Could you count how many lines of the data include "Axis" and answer with the number only?

+-------+

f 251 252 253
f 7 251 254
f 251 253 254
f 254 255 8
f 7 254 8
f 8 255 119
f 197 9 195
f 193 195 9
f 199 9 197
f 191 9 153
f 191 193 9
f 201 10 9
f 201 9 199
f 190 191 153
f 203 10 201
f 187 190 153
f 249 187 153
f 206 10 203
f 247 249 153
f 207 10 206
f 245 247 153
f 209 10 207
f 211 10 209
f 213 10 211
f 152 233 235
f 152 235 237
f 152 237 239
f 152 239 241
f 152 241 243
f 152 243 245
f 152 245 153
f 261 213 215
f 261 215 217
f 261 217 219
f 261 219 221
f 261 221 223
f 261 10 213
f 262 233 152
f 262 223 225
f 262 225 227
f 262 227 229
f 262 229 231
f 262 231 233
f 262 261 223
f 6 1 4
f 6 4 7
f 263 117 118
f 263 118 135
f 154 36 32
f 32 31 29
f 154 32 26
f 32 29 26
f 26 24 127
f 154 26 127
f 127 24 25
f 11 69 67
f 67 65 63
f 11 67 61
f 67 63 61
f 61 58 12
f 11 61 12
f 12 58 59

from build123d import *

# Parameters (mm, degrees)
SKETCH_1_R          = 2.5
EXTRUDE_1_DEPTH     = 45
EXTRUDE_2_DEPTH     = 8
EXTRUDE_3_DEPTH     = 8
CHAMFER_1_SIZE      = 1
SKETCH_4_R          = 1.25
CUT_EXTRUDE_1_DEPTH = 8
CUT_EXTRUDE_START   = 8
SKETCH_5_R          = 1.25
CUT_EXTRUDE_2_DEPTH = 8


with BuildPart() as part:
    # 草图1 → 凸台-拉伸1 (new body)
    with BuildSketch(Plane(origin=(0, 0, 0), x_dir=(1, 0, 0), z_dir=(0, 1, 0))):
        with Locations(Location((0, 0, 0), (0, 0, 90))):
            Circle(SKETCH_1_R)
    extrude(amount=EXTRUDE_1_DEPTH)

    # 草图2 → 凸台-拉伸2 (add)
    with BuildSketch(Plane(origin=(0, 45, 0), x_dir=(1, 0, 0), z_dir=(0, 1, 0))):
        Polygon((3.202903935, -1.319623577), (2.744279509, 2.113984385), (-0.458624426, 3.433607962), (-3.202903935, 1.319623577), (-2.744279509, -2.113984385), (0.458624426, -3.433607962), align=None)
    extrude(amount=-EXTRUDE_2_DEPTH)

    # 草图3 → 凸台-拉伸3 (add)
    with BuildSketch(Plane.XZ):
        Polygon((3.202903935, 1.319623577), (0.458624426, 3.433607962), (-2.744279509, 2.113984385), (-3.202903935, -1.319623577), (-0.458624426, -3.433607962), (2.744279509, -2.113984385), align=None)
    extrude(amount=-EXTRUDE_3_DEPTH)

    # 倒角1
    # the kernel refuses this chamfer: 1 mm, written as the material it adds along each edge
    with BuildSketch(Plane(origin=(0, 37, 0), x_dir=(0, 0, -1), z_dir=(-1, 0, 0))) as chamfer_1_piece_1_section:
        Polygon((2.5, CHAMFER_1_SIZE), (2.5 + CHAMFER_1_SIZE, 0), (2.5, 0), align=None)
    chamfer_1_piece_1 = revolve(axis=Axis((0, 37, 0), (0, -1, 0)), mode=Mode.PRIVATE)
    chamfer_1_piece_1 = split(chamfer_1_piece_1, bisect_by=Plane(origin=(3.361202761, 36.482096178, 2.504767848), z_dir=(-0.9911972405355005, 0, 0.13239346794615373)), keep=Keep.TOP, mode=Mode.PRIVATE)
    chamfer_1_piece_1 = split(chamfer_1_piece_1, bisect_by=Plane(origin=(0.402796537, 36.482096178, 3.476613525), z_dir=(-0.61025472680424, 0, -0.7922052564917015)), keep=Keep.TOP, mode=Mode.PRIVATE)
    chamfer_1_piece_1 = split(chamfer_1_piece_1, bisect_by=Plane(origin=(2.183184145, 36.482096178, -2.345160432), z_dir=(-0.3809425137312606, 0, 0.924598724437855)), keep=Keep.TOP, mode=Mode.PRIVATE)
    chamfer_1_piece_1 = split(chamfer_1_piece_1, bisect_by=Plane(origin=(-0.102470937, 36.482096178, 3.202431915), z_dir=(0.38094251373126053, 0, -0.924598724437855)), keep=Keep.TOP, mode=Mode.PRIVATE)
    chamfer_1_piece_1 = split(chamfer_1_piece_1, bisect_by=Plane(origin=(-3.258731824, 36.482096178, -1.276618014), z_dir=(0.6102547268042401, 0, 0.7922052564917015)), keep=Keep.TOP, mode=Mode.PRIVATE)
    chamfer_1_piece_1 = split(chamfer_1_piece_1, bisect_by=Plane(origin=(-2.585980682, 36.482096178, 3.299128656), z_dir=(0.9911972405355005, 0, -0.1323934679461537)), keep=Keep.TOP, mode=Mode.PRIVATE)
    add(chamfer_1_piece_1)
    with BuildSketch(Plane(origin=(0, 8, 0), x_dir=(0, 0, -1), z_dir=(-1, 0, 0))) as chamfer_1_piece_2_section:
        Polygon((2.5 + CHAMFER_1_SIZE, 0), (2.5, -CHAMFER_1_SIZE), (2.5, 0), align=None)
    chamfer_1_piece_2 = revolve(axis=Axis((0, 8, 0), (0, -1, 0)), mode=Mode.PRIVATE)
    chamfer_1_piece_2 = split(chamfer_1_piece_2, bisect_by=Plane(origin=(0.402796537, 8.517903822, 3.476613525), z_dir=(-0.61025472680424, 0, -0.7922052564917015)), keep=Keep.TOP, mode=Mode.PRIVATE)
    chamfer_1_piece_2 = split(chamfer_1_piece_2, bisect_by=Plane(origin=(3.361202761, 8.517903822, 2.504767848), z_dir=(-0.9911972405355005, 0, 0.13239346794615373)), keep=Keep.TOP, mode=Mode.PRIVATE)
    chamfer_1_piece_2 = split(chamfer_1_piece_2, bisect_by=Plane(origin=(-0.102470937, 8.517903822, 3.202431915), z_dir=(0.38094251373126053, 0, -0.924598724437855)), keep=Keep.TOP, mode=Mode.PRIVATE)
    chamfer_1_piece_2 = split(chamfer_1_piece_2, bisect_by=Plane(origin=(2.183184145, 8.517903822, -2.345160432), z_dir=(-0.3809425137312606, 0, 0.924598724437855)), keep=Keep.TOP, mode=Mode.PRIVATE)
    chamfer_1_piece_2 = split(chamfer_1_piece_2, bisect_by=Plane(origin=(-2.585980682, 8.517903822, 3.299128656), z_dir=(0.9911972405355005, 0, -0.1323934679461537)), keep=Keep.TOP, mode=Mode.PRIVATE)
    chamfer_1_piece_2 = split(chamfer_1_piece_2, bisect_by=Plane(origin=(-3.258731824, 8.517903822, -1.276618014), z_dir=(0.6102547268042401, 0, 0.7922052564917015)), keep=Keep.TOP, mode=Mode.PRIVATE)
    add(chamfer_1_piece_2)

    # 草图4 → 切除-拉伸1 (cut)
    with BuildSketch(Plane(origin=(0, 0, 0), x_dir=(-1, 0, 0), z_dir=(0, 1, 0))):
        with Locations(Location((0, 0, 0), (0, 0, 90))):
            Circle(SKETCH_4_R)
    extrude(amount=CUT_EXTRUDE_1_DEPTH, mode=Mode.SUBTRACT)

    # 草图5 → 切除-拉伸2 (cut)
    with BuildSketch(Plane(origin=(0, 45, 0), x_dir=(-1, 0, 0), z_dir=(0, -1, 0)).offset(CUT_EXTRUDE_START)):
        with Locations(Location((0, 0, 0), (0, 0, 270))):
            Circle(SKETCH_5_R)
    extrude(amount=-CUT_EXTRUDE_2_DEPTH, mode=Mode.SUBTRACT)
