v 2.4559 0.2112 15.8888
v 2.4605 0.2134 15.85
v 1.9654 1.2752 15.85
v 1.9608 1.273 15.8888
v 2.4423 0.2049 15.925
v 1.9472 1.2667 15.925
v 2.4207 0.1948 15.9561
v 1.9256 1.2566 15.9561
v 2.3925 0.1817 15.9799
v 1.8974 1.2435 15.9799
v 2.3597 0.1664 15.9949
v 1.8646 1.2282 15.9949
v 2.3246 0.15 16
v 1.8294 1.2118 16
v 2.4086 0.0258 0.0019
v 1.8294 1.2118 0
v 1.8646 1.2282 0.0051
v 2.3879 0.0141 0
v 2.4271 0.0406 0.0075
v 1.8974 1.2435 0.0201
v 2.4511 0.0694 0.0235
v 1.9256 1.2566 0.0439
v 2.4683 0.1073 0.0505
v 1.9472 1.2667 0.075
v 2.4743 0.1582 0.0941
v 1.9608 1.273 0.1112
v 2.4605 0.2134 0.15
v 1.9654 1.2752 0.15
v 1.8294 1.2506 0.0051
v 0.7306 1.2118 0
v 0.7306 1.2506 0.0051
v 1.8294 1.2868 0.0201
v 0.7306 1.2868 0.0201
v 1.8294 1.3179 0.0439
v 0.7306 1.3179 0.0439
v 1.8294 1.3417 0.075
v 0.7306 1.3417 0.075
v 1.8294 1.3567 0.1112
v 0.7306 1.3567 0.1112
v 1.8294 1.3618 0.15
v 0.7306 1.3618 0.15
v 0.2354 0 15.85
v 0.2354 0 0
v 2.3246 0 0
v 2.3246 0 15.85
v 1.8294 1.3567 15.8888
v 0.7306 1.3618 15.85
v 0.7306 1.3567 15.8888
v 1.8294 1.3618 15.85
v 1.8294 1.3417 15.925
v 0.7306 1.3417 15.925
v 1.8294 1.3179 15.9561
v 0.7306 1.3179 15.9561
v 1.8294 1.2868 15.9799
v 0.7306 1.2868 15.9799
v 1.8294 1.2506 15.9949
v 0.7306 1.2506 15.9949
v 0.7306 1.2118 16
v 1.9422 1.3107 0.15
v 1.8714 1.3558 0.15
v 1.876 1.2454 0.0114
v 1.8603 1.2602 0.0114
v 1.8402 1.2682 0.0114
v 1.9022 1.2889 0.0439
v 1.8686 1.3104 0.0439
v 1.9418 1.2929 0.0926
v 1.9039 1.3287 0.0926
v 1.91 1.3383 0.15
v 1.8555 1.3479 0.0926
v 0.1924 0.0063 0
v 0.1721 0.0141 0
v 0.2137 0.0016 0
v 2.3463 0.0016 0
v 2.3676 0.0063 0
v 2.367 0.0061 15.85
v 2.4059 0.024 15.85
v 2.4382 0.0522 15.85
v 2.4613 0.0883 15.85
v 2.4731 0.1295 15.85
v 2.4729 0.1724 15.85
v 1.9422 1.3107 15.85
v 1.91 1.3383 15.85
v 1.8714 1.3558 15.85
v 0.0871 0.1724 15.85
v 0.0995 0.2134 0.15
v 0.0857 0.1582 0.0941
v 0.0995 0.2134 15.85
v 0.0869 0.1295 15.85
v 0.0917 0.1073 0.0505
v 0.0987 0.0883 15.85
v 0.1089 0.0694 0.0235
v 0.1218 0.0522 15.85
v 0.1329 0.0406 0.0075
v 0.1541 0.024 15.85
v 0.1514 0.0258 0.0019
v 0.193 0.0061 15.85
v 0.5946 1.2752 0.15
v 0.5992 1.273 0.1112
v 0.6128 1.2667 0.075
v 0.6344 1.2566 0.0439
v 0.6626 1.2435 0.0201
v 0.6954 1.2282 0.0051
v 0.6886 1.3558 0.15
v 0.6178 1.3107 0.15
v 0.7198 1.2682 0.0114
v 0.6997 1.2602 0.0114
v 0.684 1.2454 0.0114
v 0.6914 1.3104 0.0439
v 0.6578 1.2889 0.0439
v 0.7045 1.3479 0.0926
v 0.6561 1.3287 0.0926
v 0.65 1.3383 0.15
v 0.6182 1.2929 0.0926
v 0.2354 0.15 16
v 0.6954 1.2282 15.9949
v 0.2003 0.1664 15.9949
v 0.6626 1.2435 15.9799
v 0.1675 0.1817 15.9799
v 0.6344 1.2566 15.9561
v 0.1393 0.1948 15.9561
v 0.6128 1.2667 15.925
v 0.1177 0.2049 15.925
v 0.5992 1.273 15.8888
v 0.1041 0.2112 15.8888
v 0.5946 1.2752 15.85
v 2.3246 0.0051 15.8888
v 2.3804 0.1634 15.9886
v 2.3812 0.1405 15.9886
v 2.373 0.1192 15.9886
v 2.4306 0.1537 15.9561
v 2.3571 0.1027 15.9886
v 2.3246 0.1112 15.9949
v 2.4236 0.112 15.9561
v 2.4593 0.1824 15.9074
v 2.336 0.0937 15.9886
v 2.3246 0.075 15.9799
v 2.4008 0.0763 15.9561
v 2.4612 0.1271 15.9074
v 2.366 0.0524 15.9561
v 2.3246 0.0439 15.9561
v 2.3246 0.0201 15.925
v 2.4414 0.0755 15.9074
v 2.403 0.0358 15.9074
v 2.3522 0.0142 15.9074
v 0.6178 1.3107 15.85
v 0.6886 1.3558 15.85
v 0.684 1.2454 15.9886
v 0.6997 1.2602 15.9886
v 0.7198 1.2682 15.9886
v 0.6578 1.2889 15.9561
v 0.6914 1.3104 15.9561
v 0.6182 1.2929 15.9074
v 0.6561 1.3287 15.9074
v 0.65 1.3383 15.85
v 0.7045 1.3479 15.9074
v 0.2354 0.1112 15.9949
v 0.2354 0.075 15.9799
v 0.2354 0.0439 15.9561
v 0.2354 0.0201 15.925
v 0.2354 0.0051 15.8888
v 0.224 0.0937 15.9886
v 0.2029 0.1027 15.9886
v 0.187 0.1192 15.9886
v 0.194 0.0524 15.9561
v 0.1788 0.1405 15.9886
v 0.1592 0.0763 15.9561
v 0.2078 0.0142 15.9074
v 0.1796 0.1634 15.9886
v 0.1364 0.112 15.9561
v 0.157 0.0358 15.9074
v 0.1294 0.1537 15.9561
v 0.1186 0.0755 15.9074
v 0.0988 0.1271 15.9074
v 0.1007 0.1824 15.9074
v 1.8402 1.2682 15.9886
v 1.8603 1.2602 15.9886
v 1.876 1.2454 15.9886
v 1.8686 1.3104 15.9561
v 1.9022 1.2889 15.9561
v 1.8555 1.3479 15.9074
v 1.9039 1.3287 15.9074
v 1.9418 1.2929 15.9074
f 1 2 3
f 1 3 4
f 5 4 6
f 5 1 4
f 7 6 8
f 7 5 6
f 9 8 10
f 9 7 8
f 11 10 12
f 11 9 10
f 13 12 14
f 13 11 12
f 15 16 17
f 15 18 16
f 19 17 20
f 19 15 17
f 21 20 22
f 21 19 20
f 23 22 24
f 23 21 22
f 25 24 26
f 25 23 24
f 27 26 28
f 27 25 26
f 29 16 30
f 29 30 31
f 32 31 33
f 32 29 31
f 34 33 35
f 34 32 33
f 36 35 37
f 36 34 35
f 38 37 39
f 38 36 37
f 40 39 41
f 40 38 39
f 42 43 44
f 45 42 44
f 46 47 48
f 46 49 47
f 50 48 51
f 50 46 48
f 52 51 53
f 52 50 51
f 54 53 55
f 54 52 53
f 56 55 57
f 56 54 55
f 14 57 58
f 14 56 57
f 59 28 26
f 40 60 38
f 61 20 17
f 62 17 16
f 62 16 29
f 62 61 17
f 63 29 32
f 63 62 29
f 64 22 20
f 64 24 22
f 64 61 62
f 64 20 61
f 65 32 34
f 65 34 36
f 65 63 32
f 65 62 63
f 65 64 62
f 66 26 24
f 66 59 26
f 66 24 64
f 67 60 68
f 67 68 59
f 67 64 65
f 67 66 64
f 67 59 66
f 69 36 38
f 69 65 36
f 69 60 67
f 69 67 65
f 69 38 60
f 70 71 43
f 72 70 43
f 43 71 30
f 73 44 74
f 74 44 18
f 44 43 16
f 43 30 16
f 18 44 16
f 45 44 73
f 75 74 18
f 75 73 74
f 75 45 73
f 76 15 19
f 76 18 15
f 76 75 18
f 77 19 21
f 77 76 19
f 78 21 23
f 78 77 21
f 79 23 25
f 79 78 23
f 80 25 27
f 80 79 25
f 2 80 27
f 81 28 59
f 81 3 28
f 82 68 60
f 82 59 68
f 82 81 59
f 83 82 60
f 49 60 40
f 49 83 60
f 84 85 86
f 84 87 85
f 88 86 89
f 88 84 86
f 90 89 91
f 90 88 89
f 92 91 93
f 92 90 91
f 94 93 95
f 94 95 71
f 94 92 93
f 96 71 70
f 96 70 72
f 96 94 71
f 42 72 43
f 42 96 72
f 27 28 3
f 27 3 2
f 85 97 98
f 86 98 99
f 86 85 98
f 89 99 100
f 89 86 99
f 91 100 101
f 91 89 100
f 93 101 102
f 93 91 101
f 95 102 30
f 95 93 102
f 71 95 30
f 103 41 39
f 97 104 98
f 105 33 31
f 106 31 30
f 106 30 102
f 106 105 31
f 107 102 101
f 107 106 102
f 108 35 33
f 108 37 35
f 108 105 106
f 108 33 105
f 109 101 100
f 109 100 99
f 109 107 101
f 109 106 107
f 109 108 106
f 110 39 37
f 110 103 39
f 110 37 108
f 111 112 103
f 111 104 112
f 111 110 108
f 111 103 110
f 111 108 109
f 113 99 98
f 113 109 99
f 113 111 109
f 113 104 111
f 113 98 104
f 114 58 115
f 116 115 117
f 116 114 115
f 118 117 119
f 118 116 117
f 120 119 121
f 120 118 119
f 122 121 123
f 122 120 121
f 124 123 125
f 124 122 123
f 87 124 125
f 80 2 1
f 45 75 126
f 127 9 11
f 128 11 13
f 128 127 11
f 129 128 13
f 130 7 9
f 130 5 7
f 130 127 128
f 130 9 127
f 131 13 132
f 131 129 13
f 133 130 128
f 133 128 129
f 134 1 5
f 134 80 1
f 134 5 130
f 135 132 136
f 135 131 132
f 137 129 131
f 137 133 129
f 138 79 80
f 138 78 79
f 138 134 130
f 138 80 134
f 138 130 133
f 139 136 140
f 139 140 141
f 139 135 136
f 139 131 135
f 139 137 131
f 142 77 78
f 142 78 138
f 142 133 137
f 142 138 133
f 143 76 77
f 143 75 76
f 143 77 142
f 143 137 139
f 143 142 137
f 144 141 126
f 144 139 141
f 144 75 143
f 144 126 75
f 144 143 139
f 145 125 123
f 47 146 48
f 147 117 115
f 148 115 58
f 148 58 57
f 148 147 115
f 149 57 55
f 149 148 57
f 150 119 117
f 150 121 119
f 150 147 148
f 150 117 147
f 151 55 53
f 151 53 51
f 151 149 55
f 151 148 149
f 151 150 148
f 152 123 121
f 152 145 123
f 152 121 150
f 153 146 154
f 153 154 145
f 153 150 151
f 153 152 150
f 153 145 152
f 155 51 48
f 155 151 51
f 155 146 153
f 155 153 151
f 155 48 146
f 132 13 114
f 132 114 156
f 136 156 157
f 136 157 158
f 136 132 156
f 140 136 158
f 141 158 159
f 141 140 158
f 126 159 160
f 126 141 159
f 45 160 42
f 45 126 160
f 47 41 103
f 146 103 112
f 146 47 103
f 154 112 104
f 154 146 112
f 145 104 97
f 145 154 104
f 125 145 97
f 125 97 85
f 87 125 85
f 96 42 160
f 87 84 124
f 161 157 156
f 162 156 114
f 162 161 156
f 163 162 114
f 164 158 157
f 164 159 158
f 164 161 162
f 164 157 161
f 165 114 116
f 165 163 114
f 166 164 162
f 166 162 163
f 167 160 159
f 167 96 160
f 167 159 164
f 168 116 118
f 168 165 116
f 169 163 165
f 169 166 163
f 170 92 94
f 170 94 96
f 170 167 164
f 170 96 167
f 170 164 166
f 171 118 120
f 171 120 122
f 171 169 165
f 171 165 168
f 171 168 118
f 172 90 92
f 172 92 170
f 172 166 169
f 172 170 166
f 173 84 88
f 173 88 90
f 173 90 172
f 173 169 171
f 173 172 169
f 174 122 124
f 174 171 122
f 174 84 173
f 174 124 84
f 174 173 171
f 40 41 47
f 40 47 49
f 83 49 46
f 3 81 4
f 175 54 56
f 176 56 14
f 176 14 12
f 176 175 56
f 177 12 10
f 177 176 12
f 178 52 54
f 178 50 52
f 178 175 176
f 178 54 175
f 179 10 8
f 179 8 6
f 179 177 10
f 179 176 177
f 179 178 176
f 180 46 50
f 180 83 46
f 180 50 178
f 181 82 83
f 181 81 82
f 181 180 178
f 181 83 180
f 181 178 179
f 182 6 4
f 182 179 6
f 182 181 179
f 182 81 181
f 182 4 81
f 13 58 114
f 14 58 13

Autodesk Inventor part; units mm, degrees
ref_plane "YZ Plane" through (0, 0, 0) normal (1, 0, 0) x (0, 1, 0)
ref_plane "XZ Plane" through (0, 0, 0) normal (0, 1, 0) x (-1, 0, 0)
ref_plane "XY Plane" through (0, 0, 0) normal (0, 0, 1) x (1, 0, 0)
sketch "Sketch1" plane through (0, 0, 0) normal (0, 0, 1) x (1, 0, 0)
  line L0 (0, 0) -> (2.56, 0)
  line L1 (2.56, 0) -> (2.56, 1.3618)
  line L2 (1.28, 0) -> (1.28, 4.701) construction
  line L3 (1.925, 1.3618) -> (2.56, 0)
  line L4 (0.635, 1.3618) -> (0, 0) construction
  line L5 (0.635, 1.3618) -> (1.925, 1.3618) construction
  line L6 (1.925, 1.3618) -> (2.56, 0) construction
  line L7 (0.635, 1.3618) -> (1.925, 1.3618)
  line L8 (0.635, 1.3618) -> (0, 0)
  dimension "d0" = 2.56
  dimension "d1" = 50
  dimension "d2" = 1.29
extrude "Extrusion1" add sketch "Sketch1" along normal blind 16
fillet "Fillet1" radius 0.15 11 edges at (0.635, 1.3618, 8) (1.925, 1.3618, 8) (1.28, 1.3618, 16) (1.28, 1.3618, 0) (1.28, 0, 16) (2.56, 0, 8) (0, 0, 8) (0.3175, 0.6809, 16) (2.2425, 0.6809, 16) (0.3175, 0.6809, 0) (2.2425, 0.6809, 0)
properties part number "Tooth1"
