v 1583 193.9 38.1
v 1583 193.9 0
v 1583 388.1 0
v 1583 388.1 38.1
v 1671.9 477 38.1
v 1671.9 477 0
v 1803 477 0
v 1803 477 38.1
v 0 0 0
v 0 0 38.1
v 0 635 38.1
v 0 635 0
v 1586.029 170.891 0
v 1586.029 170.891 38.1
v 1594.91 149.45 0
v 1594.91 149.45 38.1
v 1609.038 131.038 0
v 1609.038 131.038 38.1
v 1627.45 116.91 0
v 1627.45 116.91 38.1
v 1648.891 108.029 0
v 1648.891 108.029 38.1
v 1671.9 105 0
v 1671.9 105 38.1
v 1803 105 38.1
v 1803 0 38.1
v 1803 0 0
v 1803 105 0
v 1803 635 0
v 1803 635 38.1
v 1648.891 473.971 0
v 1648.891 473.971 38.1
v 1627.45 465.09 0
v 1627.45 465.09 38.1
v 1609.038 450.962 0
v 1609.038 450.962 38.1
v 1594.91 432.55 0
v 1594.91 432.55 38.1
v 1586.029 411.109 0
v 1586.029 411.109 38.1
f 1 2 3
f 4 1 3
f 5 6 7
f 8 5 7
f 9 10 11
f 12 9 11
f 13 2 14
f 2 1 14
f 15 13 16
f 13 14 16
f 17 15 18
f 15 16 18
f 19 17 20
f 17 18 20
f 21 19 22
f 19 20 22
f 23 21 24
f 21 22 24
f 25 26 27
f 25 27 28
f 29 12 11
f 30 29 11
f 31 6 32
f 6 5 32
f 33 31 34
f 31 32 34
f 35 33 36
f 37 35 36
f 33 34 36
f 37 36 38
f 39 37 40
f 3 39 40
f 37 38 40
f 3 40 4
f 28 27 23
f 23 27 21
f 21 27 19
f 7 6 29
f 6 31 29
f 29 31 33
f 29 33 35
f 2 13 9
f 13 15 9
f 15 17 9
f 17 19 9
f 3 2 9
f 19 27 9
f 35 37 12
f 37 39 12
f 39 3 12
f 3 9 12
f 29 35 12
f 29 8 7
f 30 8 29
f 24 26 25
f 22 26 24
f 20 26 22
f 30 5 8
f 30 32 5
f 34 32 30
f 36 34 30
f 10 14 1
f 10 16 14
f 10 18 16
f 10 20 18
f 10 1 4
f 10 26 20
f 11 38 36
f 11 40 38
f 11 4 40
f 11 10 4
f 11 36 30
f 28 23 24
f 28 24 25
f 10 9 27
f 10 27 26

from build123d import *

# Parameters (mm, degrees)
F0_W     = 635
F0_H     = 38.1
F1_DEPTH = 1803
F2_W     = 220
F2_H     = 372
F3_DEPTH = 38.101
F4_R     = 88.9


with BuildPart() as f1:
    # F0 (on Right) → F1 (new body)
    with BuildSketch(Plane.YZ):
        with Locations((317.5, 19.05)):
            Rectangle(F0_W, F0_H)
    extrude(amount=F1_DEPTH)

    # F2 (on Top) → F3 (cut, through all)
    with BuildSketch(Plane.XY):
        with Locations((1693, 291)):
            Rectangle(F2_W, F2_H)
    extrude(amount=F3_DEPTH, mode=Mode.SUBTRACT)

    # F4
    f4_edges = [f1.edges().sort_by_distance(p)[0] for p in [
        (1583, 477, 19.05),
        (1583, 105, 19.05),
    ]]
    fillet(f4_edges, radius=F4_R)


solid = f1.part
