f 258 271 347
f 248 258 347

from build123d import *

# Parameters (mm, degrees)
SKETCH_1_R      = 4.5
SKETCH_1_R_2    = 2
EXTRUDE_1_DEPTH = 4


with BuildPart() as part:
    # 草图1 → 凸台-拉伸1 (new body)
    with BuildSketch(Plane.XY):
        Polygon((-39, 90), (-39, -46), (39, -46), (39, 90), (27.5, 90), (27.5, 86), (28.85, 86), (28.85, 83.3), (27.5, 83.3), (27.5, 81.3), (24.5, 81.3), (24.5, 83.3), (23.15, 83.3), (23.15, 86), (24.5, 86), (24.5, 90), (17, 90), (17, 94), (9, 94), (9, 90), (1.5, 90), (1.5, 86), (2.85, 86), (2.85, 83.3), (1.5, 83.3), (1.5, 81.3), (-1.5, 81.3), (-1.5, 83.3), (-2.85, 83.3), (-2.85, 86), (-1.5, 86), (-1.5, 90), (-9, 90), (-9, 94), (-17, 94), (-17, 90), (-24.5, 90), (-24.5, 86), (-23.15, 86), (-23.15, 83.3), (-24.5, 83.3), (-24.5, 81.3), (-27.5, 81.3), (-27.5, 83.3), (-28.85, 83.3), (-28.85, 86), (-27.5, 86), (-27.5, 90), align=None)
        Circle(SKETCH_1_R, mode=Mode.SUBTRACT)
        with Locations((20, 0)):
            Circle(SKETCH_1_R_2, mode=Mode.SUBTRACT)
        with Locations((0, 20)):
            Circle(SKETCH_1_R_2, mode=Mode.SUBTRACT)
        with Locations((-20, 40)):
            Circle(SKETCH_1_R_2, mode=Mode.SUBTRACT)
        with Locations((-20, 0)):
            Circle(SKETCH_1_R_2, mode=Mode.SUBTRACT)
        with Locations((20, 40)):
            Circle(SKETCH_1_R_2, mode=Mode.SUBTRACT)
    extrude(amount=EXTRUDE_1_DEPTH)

+-------+

SOLUTION TO THE PROBLEM:
2